Feel free to flame/question as appropriate. Comments inline:
#include <vector>
#include <chrono>
#include <thread>
#include <mutex>
#include <iomanip>
#include <future>
using namespace std;
//
// provide a means of serialising writing to a stream.
//
struct locker
{
locker() : _lock(mutex()) {}
static std::mutex& mutex() { static std::mutex m; return m; }
std::unique_lock<std::mutex> _lock;
};
std::ostream& operator<<(std::ostream& os, const locker& l) {
return os;
}
//
// fill in the missing work function
//
template<class T>
void print_type(const T& t) {
std::cout << locker() << hex << std::this_thread::get_id() << " : " << dec << t << std::endl;
}
// put this in your personable library.
// the standards committee really should have given us ranges by now...
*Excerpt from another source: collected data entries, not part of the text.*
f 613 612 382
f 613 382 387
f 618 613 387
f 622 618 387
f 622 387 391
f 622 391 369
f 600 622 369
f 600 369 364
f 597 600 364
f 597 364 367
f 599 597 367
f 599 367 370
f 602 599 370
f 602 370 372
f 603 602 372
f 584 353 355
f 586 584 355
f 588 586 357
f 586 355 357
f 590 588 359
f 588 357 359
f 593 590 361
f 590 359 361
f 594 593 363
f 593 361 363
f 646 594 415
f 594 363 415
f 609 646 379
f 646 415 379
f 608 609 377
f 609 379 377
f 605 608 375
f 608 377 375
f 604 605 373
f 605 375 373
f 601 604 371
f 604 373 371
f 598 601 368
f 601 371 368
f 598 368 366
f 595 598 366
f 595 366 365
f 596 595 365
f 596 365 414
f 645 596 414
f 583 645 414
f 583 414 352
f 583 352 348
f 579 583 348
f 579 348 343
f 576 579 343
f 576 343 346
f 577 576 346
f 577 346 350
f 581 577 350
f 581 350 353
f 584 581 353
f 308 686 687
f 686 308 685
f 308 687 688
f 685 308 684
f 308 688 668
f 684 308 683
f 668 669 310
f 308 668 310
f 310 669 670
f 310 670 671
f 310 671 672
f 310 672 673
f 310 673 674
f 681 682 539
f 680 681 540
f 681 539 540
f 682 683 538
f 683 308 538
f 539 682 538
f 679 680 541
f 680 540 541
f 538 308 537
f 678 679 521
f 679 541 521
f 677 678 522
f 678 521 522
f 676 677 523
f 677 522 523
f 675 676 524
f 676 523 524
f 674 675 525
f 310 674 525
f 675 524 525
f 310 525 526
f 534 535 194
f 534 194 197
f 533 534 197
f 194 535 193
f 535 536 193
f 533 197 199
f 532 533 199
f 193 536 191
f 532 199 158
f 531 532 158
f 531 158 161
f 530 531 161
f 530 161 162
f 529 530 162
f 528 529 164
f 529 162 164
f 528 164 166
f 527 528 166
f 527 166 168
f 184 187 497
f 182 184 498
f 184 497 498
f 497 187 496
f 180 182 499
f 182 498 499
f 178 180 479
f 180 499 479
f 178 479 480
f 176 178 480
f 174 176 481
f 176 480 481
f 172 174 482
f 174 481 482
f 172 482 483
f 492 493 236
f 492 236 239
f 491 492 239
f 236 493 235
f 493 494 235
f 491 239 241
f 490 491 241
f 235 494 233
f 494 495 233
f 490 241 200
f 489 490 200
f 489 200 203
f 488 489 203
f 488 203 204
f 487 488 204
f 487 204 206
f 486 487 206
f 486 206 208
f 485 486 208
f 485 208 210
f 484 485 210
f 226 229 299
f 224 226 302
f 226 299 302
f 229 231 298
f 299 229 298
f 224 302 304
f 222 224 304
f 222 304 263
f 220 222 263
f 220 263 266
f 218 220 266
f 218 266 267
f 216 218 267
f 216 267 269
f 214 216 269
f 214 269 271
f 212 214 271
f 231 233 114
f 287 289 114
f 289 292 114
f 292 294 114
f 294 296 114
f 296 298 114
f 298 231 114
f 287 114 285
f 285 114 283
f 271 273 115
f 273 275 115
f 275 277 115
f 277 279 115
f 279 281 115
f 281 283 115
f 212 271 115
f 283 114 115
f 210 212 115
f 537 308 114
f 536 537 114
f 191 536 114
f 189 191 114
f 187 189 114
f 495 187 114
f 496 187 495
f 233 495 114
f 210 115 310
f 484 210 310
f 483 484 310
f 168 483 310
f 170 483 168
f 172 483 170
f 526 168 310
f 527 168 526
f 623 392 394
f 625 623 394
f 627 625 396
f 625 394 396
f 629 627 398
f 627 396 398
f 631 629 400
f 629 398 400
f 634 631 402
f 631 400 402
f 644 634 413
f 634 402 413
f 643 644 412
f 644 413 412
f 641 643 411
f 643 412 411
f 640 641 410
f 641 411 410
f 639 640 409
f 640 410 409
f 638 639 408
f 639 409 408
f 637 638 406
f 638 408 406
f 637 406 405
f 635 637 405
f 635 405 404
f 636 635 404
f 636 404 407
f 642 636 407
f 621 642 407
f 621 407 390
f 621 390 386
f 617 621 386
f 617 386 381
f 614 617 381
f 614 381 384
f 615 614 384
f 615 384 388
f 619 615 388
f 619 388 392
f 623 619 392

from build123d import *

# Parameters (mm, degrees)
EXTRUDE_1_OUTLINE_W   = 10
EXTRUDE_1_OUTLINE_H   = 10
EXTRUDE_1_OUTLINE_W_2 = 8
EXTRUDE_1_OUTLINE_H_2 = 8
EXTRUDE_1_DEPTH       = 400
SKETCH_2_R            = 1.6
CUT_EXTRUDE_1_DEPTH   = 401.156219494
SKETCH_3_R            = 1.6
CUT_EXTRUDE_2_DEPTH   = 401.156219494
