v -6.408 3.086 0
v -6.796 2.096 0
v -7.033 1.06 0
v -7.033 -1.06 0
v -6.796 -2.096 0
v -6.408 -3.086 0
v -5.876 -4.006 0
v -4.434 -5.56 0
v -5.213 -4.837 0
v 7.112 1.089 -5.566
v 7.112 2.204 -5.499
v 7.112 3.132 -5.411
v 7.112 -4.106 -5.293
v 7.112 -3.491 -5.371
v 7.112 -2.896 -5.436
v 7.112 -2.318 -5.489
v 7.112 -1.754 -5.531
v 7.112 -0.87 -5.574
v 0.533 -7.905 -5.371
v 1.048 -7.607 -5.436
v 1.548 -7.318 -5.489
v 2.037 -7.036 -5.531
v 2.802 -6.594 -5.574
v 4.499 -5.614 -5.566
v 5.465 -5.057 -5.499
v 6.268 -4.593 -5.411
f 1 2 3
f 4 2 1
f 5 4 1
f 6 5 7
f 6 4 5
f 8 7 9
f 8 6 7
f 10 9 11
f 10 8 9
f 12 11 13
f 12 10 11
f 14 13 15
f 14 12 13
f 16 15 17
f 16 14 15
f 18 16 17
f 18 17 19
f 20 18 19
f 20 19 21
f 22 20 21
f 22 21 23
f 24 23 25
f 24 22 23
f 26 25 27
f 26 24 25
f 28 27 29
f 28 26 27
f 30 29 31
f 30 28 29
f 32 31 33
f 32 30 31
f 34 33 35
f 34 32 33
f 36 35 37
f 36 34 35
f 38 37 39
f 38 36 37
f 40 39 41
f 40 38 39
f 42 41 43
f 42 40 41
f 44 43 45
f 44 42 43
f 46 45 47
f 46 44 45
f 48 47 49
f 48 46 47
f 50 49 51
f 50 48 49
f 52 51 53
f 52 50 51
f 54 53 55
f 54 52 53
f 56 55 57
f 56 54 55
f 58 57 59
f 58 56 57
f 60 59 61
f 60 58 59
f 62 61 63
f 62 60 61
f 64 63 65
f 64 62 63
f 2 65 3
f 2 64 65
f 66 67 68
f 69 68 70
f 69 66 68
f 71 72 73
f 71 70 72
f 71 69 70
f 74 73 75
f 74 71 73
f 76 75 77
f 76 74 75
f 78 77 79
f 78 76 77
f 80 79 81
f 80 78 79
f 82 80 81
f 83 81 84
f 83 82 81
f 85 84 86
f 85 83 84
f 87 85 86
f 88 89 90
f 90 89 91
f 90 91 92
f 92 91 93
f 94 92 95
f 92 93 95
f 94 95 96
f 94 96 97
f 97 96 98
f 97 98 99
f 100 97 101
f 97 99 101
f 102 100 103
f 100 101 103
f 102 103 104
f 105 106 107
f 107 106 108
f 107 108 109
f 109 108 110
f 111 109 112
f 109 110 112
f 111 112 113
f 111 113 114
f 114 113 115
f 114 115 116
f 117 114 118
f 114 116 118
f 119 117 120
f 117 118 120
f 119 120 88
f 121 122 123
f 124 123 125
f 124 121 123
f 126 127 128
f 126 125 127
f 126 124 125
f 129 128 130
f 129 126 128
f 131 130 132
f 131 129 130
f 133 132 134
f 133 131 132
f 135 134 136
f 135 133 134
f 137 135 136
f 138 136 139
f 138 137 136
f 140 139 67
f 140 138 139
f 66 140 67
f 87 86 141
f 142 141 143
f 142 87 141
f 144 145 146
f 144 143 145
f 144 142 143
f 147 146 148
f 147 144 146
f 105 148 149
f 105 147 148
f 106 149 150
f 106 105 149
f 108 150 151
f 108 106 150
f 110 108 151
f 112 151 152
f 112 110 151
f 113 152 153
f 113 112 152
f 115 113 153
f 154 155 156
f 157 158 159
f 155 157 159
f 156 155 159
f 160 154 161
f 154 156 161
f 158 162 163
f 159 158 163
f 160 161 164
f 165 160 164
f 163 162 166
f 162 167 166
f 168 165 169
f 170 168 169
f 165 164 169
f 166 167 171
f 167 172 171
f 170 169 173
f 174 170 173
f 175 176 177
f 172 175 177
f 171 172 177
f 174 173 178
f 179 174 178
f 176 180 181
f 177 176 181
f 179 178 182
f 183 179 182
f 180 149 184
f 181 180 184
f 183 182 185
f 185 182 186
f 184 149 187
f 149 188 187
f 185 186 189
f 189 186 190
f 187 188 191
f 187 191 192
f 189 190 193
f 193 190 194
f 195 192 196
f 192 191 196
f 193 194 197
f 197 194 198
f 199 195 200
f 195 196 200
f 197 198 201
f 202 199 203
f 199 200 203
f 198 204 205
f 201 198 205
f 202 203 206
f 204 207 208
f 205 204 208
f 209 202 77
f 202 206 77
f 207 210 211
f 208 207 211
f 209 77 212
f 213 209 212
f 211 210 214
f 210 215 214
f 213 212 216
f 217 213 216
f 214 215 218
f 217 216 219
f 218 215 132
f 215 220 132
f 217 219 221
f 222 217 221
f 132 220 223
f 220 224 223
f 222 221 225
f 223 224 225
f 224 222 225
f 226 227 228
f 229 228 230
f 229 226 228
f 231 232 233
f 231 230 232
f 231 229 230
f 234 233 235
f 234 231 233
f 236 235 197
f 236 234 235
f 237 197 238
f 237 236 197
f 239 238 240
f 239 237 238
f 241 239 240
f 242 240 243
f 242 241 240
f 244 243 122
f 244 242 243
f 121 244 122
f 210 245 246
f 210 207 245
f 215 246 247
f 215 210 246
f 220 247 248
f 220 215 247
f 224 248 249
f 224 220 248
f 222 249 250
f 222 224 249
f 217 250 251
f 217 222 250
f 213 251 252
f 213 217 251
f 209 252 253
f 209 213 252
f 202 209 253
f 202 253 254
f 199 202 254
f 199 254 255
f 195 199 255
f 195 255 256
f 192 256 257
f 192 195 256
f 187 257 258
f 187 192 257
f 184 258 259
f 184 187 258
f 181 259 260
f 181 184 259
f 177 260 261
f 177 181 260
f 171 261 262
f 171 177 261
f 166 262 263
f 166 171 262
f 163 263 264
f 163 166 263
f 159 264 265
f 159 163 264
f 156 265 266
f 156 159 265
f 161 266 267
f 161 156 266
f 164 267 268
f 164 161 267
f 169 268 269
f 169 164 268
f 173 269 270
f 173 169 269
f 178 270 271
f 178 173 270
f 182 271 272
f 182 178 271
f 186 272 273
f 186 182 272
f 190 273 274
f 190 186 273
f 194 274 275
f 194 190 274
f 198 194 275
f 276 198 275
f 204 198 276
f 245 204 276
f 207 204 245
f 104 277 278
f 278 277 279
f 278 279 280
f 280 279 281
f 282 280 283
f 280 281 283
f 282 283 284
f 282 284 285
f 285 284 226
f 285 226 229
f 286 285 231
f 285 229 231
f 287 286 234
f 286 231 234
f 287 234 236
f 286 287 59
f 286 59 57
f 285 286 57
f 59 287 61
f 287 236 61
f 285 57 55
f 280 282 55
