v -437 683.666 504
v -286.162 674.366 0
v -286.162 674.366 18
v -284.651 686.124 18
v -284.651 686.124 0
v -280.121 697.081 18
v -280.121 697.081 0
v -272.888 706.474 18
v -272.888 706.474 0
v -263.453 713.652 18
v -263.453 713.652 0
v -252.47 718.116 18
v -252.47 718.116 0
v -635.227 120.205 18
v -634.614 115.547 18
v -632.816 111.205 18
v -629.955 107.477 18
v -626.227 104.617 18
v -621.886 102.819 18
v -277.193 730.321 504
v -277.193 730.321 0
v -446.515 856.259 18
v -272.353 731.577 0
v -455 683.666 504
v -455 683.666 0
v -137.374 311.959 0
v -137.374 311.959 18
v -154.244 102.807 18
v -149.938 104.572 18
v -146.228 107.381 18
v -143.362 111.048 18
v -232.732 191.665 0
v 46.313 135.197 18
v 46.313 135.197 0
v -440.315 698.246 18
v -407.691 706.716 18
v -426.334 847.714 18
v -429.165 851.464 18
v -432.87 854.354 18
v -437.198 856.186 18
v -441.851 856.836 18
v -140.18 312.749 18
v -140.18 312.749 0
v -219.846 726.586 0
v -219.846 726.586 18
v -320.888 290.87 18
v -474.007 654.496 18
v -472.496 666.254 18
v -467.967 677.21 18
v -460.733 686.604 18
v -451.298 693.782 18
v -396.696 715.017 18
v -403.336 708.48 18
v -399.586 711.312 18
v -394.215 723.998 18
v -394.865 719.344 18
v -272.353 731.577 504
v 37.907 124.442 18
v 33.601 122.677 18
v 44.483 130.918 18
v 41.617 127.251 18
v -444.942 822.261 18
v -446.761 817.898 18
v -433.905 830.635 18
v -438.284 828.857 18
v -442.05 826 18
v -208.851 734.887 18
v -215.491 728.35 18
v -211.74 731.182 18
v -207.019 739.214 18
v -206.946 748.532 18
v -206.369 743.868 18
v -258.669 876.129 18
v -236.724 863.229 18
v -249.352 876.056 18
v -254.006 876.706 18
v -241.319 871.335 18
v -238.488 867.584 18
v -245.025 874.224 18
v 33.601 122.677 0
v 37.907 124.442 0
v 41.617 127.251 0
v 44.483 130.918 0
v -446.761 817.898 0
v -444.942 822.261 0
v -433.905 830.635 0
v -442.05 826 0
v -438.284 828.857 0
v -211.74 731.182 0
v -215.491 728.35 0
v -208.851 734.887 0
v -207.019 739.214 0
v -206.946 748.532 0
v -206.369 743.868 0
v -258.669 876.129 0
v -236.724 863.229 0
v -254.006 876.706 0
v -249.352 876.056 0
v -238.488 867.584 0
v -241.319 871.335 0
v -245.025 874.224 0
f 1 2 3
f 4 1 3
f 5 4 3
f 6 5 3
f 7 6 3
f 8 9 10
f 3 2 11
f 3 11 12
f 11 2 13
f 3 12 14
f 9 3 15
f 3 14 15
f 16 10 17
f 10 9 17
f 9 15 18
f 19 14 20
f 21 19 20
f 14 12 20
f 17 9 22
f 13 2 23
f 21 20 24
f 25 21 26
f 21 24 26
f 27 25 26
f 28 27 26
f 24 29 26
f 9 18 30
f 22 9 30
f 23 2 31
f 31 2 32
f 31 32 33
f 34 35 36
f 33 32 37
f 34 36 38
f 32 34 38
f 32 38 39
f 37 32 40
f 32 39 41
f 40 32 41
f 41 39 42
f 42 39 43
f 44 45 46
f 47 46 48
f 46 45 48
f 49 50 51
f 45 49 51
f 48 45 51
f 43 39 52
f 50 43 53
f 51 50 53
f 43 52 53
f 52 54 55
template<class I1, class I2>
struct range_impl
{
range_impl(I1 i1, I2 i2) : _begin(i1), _end(i2) {};
auto begin() const { return _begin; }
auto end() const { return _end; }
I1 _begin;
I2 _end;
};
// distinct types because sometimes dissimilar iterators are comparable
template<class I1, class I2>
auto range(I1 i1, I2 i2) {
return range_impl<I1, I2>(i1, i2);
}
//
// lets make a helper function so we can auto-deduce template args
//
template<class Iterator, typename F>
auto make_for_each_block(Iterator start, Iterator end, F&& f)
{
// a lambda gives all the advantages of a function object with none
// of the boilerplate.
return [start, end, f = std::move(f)] {
cout << locker() << this_thread::get_id() << endl;
this_thread::sleep_for(chrono::seconds(1));
// let's keep loops simple. for_each is a bit old-skool.
for (auto& x : range(start, end)) {
f(x);
}
};
}
template <typename Iterator, typename F>
void for_each_par(Iterator first, Iterator last, F f)
{
if(auto size = distance(first, last))
{
std::size_t min_per_thread = 4;
std::size_t max_threads = (size + min_per_thread - 1) / min_per_thread;
std::size_t hardware_threads = thread::hardware_concurrency();
auto no_of_threads = min(max_threads, hardware_threads != 0 ? hardware_threads : 4);
auto block_size = size / no_of_threads;
// futures give us two benefits:
// 1. they automatically transmit exceptions
// 2. no need for if(joinable) join. get is sufficient
//
vector<future<void>> vf;
vf.reserve(no_of_threads - 1);
for (auto count = no_of_threads ; --count ; )
{
//
// I was thinking of refactoring this into std::generate_n but actually
// it was less readable.
//
auto end = std::next(first, block_size);
vf.push_back(async(launch::async, make_for_each_block(first, end, f)));
first = end;
}
cout << locker() << endl << "threads: " << vf.size() << " (+ main thread)" << endl;
//
// why spawn a thread for the remaining block? we may as well use this thread
//
/* auto partial_sum = */ make_for_each_block(first, last, f)();
// join the threads
// note that if the blocks returned a partial aggregate, we could combine them
// here by using the values in the futures.
for (auto& f : vf) f.get();
}
}
int main()
{
vector<int> v1 = { 1,8,12,5,4,9,20,30,40,50,10,21,34,33 };
for_each_par(v1.begin(), v1.end(), print_type<int>);
return 0;
}
sample output:
0x700000081000
0x700000104000
threads: 3 (+ main thread)
0x700000187000
0x100086000
0x700000081000 : 1
0x700000104000 : 5
0x700000187000 : 20
0x100086000 : 50
0x700000081000 : 8
0x700000104000 : 4
0x700000187000 : 30
0x100086000 : 10
0x700000081000 : 12
0x700000104000 : 9
0x700000187000 : 40
0x100086000 : 21
0x100086000 : 34
0x100086000 : 33
Program ended with exit code: 0
please explain std::move here: [start, end, f = std::move(f)] {...};
This is a welcome language feature that was made available in c++14. f = std::move(f) inside the capture block is equivalent to: decltype(f) new_f = std::move(f) except that the new variable is called f and not new_f. It allows us to std::move objects into lambdas rather than copy them.
For most function objects it won't matter - but some can large and this gives the compiler the opportunity to use a move rather than a copy if available.